Collected data entries:
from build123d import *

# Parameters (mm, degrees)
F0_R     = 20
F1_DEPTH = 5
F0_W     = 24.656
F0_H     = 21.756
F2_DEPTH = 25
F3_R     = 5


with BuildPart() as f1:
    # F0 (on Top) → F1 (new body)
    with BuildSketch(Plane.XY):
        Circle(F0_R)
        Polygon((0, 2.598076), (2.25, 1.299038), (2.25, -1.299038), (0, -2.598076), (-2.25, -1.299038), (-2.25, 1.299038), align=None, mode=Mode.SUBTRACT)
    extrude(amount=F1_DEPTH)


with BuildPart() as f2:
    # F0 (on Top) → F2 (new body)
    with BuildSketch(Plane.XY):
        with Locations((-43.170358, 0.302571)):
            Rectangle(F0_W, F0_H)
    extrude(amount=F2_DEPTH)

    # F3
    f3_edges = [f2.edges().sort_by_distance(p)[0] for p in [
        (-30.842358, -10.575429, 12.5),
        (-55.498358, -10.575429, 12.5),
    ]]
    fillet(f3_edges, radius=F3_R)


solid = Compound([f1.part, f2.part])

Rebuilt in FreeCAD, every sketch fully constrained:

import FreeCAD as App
import Part
import Sketcher

V = App.Vector
Q = App.Units.Quantity


def edges_at(feature, points):
    """Names of the edges that pass closest to the given points."""
    edges = feature.Shape.Edges
    near = lambda p: min(range(len(edges)), key=lambda i: edges[i].distToShape(Part.Vertex(*p))[0])
    return sorted({f"Edge{near(p) + 1}" for p in points})


def add_polygon(sketch, points):
    """Adds a closed chain of lines whose ends are joined by coincident constraints."""
    first, n = sketch.GeometryCount, len(points)
    for a, b in zip(points, points[1:] + points[:1]):
        sketch.addGeometry(Part.LineSegment(App.Vector(*a, 0), App.Vector(*b, 0)), False)
    for i in range(n):
        sketch.addConstraint(Sketcher.Constraint("Coincident", first + i, 2, first + (i + 1) % n, 1))

doc = App.newDocument("Part")
body = doc.addObject("PartDesign::Body", "Body")

sketch1 = body.newObject("Sketcher::SketchObject", "Sketch")
sketch1.AttachmentSupport = (doc.getObject("XY_Plane"), [""])
sketch1.MapMode = "FlatFace"
sketch1.addGeometry(Part.Circle(V(0, 0, 0), V(0, 0, 1), 20), False)
add_polygon(sketch1, [(-2.25, 1.299038), (0, 2.598076), (2.25, 1.299038), (2.25, -1.299038), (0, -2.598076), (-2.25, -1.299038)])
sketch1.addConstraint([
    Sketcher.Constraint("Vertical", 3),
    Sketcher.Constraint("Vertical", 6),
    Sketcher.Constraint("Coincident", 0, 3, -1, 1),
    Sketcher.Constraint("Symmetric", 1, 2, 4, 2, -1, 1),
    Sketcher.Constraint("Symmetric", 2, 2, 5, 2, -1, 1),
    Sketcher.Constraint("PointOnObject", 1, 2, -2),
    Sketcher.Constraint("Parallel", 1, 4),
    Sketcher.Constraint("Horizontal", 3, 2, 5, 2),
    Sketcher.Constraint("Diameter", 0, 40.0),
    Sketcher.Constraint("Angle", 1, Q("29.999998 deg")),
    Sketcher.Constraint("DistanceX", 5, 2, 3, 2, 4.5),
    Sketcher.Constraint("DistanceY", 3, 2, 3, 1, 2.598076),
])
pad1 = body.newObject("PartDesign::Pad", "Pad")
pad1.Profile = sketch1
pad1.Length = 5
body2 = doc.addObject("PartDesign::Body", "Body001")

sketch2 = body2.newObject("Sketcher::SketchObject", "Sketch001")
sketch2.AttachmentSupport = (doc.getObject("XY_Plane001"), [""])
sketch2.MapMode = "FlatFace"
add_polygon(sketch2, [(-55.498358, 11.180571), (-55.498358, -10.575429), (-30.842358, -10.575429), (-30.842358, 11.180571)])
sketch2.addConstraint([
    Sketcher.Constraint("Vertical", 0),
    Sketcher.Constraint("Horizontal", 1),
    Sketcher.Constraint("Vertical", 2),
    Sketcher.Constraint("Horizontal", 3),
    Sketcher.Constraint("DistanceX", 1, 1, 1, 2, 24.656),
    Sketcher.Constraint("DistanceY", 0, 2, 0, 1, 21.756),
    Sketcher.Constraint("DistanceX", 0, 2, -1, 1, 55.498358),
    Sketcher.Constraint("DistanceY", 0, 2, -1, 1, 10.575429),
])
pad2 = body2.newObject("PartDesign::Pad", "Pad001")
pad2.Profile = sketch2
pad2.Length = 25
doc.recompute()

fillet = body2.newObject("PartDesign::Fillet", "Fillet")
fillet.Base = (pad2, edges_at(pad2, [(-30.842, -10.575, 12.5), (-55.498, -10.575, 12.5)]))
fillet.Radius = 5

doc.recompute()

> **TASK DIRECTIONS**
Out of the entries, report each line that contains the word "with".

> **THE COMPLETED TASK**
with BuildPart() as f1:
    with BuildSketch(Plane.XY):
with BuildPart() as f2:
    with BuildSketch(Plane.XY):
        with Locations((-43.170358, 0.302571)):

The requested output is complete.